Task: Of all the entries below, only the lines from the one with "#176=ORIENTED_EDGE('',*,*,#132,.T.);" up to and including the one with "#181=ELLIPSE('',#180,36.950417,32.);" are to be duplicated exactly.

[Records from a collection]
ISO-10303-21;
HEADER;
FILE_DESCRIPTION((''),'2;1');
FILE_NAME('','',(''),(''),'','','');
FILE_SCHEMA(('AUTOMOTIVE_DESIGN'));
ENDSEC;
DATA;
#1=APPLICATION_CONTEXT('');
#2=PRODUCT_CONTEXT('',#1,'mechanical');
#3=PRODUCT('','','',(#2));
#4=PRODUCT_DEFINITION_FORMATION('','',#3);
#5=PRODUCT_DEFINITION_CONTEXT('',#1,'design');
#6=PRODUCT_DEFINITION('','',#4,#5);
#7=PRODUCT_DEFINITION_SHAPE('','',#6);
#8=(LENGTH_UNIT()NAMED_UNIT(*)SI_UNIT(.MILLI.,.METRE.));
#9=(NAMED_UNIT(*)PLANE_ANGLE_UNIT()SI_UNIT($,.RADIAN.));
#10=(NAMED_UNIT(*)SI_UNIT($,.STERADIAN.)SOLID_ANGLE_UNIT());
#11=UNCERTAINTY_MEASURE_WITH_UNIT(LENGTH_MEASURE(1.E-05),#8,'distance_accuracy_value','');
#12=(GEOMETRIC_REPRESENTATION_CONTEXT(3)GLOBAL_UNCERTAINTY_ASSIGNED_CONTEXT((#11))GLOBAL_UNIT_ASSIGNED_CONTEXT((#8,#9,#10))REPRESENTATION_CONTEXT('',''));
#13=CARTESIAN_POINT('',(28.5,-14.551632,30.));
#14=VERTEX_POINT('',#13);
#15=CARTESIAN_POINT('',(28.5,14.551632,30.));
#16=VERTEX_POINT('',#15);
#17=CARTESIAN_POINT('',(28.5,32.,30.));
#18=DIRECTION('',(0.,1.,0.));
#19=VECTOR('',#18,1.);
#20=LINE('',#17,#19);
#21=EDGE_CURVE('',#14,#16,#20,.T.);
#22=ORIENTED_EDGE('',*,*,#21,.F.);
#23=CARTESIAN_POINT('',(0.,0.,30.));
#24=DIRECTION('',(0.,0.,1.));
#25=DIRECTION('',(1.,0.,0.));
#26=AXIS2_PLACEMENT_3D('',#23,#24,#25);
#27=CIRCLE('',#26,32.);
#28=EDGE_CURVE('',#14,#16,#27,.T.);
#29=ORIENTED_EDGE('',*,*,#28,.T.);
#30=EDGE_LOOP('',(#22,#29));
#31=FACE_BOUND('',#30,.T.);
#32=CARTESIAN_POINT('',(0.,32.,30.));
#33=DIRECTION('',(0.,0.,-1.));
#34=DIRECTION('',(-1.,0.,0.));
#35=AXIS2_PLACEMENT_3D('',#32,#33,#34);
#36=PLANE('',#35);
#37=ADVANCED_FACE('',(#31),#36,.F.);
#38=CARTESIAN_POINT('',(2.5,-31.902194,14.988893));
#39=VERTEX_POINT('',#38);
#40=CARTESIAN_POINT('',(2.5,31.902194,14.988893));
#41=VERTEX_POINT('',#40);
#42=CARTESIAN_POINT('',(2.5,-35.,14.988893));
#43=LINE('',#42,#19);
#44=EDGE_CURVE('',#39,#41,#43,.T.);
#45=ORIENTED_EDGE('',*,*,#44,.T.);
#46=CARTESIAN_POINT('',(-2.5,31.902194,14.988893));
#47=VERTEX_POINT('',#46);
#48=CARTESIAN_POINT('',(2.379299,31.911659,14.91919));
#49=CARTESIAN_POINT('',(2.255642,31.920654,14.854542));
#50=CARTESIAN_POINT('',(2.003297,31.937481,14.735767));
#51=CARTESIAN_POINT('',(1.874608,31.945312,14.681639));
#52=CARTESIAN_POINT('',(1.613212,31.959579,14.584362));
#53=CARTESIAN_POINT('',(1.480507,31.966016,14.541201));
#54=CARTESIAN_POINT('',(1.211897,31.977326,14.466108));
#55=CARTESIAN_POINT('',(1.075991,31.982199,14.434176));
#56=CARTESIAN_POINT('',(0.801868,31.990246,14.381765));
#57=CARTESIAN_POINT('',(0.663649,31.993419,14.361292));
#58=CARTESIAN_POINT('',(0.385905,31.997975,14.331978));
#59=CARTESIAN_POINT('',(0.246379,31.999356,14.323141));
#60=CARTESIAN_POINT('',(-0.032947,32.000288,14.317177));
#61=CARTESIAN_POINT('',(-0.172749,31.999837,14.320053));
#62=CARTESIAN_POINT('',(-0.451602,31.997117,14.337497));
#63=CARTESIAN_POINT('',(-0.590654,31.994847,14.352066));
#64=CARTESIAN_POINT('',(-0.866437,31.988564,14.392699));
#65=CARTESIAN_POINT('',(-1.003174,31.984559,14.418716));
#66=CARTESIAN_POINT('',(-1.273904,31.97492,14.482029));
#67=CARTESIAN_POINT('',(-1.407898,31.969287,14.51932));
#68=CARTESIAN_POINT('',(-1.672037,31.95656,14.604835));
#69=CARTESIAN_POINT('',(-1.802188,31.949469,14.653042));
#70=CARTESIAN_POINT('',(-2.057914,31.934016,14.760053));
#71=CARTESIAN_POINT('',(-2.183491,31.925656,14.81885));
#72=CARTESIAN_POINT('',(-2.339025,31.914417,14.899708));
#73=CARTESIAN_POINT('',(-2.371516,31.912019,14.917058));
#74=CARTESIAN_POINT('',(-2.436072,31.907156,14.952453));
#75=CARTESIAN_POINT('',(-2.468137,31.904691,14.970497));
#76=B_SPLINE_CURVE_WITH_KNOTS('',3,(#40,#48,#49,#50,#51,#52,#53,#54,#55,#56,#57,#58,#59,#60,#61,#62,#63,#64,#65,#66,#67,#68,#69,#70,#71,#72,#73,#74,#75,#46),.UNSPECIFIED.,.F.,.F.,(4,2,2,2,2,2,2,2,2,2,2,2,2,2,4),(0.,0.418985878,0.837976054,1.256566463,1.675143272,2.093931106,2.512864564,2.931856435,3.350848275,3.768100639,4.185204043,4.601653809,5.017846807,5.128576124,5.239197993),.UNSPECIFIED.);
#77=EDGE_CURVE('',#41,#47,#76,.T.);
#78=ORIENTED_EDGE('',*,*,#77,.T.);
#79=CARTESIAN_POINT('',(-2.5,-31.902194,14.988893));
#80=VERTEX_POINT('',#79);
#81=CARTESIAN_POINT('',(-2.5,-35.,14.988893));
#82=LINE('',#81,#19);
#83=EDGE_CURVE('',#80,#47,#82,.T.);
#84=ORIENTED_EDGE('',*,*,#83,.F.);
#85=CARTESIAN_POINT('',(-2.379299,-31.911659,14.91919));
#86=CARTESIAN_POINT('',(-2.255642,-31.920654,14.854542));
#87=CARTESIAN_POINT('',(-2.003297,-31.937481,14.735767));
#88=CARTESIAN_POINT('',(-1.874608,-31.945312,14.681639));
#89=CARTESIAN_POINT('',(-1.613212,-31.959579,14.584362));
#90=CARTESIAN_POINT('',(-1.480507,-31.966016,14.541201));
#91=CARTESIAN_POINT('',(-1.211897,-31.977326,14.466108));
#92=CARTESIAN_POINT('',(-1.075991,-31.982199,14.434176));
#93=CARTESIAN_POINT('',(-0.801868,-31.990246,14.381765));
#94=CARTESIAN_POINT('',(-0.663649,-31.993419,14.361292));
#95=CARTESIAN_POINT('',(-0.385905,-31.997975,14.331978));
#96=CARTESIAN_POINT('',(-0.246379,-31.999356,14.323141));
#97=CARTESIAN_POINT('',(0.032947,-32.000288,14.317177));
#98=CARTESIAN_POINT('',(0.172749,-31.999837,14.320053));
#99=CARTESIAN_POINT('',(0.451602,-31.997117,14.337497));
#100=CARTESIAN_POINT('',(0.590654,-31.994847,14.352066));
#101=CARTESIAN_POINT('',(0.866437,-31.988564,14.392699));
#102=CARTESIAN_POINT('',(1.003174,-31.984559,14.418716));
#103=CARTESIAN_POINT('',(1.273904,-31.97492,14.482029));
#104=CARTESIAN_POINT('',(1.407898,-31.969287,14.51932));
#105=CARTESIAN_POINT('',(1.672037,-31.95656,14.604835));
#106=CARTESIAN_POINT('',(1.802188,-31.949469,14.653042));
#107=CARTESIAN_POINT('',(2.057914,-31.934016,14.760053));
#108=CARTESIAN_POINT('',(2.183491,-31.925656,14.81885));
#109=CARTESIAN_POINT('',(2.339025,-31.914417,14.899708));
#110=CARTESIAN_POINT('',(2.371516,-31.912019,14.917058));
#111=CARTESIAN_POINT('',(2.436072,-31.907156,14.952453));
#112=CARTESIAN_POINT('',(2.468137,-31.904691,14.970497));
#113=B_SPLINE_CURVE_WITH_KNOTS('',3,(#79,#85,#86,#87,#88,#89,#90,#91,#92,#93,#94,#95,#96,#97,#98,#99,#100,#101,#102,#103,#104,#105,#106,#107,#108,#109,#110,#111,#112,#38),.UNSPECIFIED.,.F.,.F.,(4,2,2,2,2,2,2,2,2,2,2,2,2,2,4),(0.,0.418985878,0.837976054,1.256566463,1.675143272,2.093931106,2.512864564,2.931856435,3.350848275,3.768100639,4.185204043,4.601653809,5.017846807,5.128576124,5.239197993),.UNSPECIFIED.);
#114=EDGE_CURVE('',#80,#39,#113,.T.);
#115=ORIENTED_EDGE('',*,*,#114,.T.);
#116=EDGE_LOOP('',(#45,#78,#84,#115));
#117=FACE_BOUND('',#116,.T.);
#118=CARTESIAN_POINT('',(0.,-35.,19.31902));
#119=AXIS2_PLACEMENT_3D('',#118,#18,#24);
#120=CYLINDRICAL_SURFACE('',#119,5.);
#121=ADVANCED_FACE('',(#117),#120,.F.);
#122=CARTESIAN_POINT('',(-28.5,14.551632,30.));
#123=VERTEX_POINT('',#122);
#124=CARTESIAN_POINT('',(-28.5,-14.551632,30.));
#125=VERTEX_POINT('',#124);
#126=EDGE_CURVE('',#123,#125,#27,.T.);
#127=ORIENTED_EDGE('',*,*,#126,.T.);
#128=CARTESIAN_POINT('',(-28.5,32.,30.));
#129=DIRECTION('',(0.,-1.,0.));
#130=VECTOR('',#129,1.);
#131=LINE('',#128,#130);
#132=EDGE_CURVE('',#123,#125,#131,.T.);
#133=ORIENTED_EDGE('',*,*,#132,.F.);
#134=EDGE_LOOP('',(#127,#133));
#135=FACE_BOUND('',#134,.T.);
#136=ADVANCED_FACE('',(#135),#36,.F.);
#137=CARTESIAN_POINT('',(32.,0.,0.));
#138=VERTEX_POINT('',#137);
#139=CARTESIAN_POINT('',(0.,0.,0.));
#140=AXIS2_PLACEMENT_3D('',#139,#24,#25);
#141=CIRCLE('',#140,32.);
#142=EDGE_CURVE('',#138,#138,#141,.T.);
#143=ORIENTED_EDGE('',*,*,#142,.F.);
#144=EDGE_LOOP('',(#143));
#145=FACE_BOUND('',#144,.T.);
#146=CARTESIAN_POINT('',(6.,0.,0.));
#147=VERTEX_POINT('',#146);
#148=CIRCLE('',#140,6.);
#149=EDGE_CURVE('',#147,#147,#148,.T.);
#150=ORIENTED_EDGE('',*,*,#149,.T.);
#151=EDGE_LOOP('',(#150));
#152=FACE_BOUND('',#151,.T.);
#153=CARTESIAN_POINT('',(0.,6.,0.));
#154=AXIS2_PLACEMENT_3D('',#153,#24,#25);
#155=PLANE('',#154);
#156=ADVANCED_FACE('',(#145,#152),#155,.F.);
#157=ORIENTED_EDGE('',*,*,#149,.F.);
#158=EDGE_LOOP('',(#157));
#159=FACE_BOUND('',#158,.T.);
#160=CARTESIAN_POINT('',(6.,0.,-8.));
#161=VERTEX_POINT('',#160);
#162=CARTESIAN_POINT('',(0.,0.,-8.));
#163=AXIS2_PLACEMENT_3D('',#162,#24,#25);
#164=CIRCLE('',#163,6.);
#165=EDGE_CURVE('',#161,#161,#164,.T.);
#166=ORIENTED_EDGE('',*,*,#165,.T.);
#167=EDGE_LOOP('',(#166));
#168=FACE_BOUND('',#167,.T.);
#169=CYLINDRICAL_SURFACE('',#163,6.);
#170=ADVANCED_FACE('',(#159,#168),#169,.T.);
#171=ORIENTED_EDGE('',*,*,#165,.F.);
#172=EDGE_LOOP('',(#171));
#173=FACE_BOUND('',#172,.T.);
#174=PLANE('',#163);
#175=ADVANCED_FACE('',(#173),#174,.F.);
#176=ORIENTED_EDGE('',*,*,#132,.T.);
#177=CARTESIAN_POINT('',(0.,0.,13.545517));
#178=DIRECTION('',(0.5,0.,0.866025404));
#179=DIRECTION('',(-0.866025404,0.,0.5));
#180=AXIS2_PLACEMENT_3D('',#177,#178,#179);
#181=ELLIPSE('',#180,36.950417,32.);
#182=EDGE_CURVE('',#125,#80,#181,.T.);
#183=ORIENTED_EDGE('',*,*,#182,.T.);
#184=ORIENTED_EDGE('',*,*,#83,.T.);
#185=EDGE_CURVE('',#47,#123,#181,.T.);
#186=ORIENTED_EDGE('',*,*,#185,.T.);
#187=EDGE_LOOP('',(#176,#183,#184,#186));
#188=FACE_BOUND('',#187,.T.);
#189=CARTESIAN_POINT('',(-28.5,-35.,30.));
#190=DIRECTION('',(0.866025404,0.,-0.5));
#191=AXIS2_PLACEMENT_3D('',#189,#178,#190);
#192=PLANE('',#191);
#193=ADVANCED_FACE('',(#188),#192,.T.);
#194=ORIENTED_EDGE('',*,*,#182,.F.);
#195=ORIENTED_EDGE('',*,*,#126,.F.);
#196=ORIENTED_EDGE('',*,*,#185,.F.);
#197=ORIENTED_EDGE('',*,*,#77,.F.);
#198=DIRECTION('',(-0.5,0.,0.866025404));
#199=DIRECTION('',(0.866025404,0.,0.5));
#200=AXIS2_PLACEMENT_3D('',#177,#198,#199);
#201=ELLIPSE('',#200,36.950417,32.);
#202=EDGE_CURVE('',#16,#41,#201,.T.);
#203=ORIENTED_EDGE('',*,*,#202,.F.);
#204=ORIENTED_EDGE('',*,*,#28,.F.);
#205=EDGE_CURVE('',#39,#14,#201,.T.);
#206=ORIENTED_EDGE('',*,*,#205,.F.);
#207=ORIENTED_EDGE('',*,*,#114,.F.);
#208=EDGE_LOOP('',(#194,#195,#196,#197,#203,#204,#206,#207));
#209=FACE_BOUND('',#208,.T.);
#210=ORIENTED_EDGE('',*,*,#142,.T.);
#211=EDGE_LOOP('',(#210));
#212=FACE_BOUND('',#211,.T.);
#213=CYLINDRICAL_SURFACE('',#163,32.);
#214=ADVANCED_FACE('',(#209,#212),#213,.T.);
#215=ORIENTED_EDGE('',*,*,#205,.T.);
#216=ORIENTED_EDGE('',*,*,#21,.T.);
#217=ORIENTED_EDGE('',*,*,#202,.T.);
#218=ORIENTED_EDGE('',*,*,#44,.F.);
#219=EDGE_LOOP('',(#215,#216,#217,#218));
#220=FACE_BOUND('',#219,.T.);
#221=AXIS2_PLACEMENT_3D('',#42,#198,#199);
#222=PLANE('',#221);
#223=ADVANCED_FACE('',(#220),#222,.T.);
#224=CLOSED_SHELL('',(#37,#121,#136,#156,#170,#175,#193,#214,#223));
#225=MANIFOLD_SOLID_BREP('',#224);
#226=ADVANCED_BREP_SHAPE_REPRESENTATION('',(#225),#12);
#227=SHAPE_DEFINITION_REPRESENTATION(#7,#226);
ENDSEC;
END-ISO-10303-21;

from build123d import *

# Parameters (mm, degrees)
CUT_EXTRUDE1_DEPTH = 35


with BuildPart() as part:
    # Sketch1 → Revolve1 (revolve)
    with BuildSketch(Plane(origin=(0, 0, 0), x_dir=(0, 0, -1), z_dir=(1, 0, 0)), mode=Mode.PRIVATE) as revolve1_sk:
        Polygon((8, 0), (8, 6), (0, 6), (0, 32), (-30, 32), (-30, 0), align=None)
    revolve(revolve1_sk.sketch.rotate(Axis((0, 0, -8), (0, 0, -1)), 90), axis=Axis((0, 0, -8), (0, 0, -1)))

    # Sketch2 → Cut-Extrude1 (cut, symmetric)
    with BuildSketch(Plane(origin=(0, 0, 0), x_dir=(1, 0, 0), z_dir=(0, 1, 0))):
        with BuildLine():
            Line((-28.5, -30), (-2.5, -14.988893001))
            ThreePointArc((-2.5, -14.988893001), (0, -14.31902002), (2.5, -14.988893001))
            Line((2.5, -14.988893001), (28.5, -30))
            Line((28.5, -30), (-28.5, -30))
        make_face()
    extrude(amount=CUT_EXTRUDE1_DEPTH, both=True, mode=Mode.SUBTRACT)


solid = part.part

Answer box:
#176=ORIENTED_EDGE('',*,*,#132,.T.);
#177=CARTESIAN_POINT('',(0.,0.,13.545517));
#178=DIRECTION('',(0.5,0.,0.866025404));
#179=DIRECTION('',(-0.866025404,0.,0.5));
#180=AXIS2_PLACEMENT_3D('',#177,#178,#179);
#181=ELLIPSE('',#180,36.950417,32.);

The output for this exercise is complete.